The EU Energy Minister is pushing to allow public funds to help build a natural gas pipeline to a power station in Malta, which is co-owned by a businessman awaiting trial for the murder of a journalist Daphne Caruana Galicia.
On Tuesday, officials and members of the European Parliament will begin to decide Phase out EU subsidies for fossil fuel projects.
However, the EU ambassador confirmed on Friday that Malta and Cyprus have been granted exemptions for the pipeline connecting them to the European gas network.
In practice, this means the 400 million euro (340 million pounds) Melita pipeline project, which aims to transport natural gas from Gela in Sicily to Malta, Can use EU funds to build.
Cyprus will also benefit from an exemption from the EU’s gradual support for fossil fuel infrastructure. The 7 billion euro EastMed pipeline is a bigger effort than the Malta-Italy pipeline-it will join Greece and Israel to join Cyprus in the European gas network.
This move was criticized by environmentalists because it would lock Malta’s dependence on the Delimara gas-fired power station, which is partly owned by the man accused of plotting to kill Caruana Galizia.

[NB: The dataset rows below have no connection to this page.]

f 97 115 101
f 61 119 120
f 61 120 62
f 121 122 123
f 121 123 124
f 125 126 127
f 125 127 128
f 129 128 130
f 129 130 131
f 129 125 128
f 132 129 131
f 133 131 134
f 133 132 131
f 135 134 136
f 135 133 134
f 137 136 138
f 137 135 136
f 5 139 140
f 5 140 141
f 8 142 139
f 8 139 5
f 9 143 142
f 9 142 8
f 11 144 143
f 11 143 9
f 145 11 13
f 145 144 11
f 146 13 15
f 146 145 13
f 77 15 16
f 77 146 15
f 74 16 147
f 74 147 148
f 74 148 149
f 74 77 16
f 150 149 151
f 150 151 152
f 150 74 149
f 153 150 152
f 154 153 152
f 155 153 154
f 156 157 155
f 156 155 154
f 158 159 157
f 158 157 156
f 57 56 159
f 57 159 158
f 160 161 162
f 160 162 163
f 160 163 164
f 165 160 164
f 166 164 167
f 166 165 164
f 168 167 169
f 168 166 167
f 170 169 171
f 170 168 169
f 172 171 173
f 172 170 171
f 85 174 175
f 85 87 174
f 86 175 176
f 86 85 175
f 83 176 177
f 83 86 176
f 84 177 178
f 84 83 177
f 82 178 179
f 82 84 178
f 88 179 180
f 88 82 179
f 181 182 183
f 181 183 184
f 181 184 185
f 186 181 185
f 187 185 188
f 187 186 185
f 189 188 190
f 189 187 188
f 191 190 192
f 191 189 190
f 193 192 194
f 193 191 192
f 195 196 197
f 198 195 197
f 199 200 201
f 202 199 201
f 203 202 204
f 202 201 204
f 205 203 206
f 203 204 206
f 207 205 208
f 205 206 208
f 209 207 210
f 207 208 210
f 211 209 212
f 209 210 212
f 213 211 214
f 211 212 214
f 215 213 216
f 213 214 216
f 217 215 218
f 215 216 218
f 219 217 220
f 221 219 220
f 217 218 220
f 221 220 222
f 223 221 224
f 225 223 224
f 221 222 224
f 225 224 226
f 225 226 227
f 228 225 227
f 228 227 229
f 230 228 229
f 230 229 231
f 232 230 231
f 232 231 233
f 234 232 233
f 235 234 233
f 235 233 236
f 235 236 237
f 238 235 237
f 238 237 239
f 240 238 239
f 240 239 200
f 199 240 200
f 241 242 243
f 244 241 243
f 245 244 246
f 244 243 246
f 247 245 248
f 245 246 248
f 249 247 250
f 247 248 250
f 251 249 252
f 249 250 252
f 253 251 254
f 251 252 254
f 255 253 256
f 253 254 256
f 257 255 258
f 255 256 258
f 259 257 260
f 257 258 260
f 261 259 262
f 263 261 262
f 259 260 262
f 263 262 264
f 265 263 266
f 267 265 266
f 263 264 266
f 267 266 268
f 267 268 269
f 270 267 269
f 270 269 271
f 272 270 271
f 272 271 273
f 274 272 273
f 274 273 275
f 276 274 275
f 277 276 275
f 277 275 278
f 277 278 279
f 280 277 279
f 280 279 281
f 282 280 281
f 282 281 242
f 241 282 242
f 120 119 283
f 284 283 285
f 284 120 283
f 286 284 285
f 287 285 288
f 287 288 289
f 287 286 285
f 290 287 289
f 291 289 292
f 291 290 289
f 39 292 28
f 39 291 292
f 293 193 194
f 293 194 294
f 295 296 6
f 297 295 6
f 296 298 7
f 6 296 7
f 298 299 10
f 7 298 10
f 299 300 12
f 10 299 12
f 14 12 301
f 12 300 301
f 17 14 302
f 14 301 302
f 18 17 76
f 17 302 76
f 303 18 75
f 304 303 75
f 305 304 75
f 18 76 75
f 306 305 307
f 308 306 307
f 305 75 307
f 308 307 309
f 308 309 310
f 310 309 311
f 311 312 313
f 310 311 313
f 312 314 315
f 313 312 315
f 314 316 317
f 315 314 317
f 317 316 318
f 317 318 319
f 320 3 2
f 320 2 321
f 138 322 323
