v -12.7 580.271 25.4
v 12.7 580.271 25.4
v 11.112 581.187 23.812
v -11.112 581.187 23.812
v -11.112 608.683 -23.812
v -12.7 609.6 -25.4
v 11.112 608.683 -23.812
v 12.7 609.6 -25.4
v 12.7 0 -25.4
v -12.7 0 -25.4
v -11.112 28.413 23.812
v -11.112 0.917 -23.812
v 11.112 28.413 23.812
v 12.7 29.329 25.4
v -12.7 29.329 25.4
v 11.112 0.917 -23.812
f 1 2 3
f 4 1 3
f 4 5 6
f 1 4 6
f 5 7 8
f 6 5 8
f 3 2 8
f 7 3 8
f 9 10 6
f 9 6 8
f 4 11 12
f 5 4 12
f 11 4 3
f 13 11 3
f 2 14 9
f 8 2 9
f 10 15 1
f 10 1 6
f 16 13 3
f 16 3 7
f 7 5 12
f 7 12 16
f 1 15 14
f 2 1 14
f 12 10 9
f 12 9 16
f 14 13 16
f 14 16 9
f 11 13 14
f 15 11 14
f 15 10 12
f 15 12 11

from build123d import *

# Parameters (mm, degrees)
SKETCH1_W               = 25.4
SKETCH1_H               = 50.8
SKETCH1_W_2             = 22.225
SKETCH1_H_2             = 47.625
BOSS_EXTRUDE1_DEPTH     = 609.6
CUT_EXTRUDE1_DEPTH      = 611.657416233
CUT_EXTRUDE2_DEPTH      = 611.261099858
CUT_EXTRUDE2_DEPTH_BACK = 611.261099858


with BuildPart() as part:
    # Sketch1 → Boss-Extrude1 (new body)
    with BuildSketch(Plane(origin=(0, 0, 0), x_dir=(1, 0, 0), z_dir=(0, 1, 0))):
        Rectangle(SKETCH1_W, SKETCH1_H)
        Rectangle(SKETCH1_W_2, SKETCH1_H_2, mode=Mode.SUBTRACT)
    extrude(amount=BOSS_EXTRUDE1_DEPTH)

    # Sketch2 → Cut-Extrude1 (cut, through all)
    with BuildSketch(Plane(origin=(12.7, 0, 0), x_dir=(0, 0, -1), z_dir=(1, 0, 0))):
        Polygon((25.4, 609.6), (-25.4, 609.6), (-25.4, 580.270606325), align=None)
    extrude(amount=-CUT_EXTRUDE1_DEPTH, mode=Mode.SUBTRACT)

    # Sketch3 → Cut-Extrude2 (cut, two sides: drawn at the far end of the back side and taken through both)
    with BuildSketch(Plane(origin=(0, 0, 0), x_dir=(0, 0, -1), z_dir=(1, 0, 0)).offset(-CUT_EXTRUDE2_DEPTH_BACK)):
        Polygon((-25.4, 0), (25.4, 0), (-25.4, 29.329393675), align=None)
    extrude(amount=CUT_EXTRUDE2_DEPTH + CUT_EXTRUDE2_DEPTH_BACK, mode=Mode.SUBTRACT)


solid = part.part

The Maltese businessman Yorgen Fenech was previously a director of ElectroGas, which operates the Delimara power station and, along with his family, owns a major share of the company. This year, he was accused of conspiracy to murder Caruana Galizia (Caruana Galizia).Prosecutor of Malta Recommended Life imprisonment, he was due to On trial. Fenech denied participating in the killing.
Prior to his arrest, he was the CEO of his family business Tumas Group, which worked with other Maltese families to acquire a third of ElectroGas. He owns shares in the joint venture through Tumas and an independent company. His uncle and Tumas chairman Raymond Fenech said he did not know the EU’s proposal.
“Yorgen Fenech is a minority shareholder of the Tumas Group, holding less than 4% of the company’s shares, and these shares are transferred by inheritance,” he added.
When Caruana Galizia died in a car bombing in 2017, he was investigating the award of the Delimara power station contract to ElectroGas.The Maltese police stated that they Believe she was killed Regarding her report on the power station.
Barna Bipes, a natural gas activist for the Corruption and Environmental Organization Global Witness, said: “This pipeline has the potential to allow Malta to use polluting fossil fuels and deal with fossil natural gas related to the murder of Daphne Caruana in Galicia in the next few decades. Project. The EU needs to put the interests of Maltese and EU citizens ahead of the interests of the big polluters and refuse to participate in another fossil fuel transaction.”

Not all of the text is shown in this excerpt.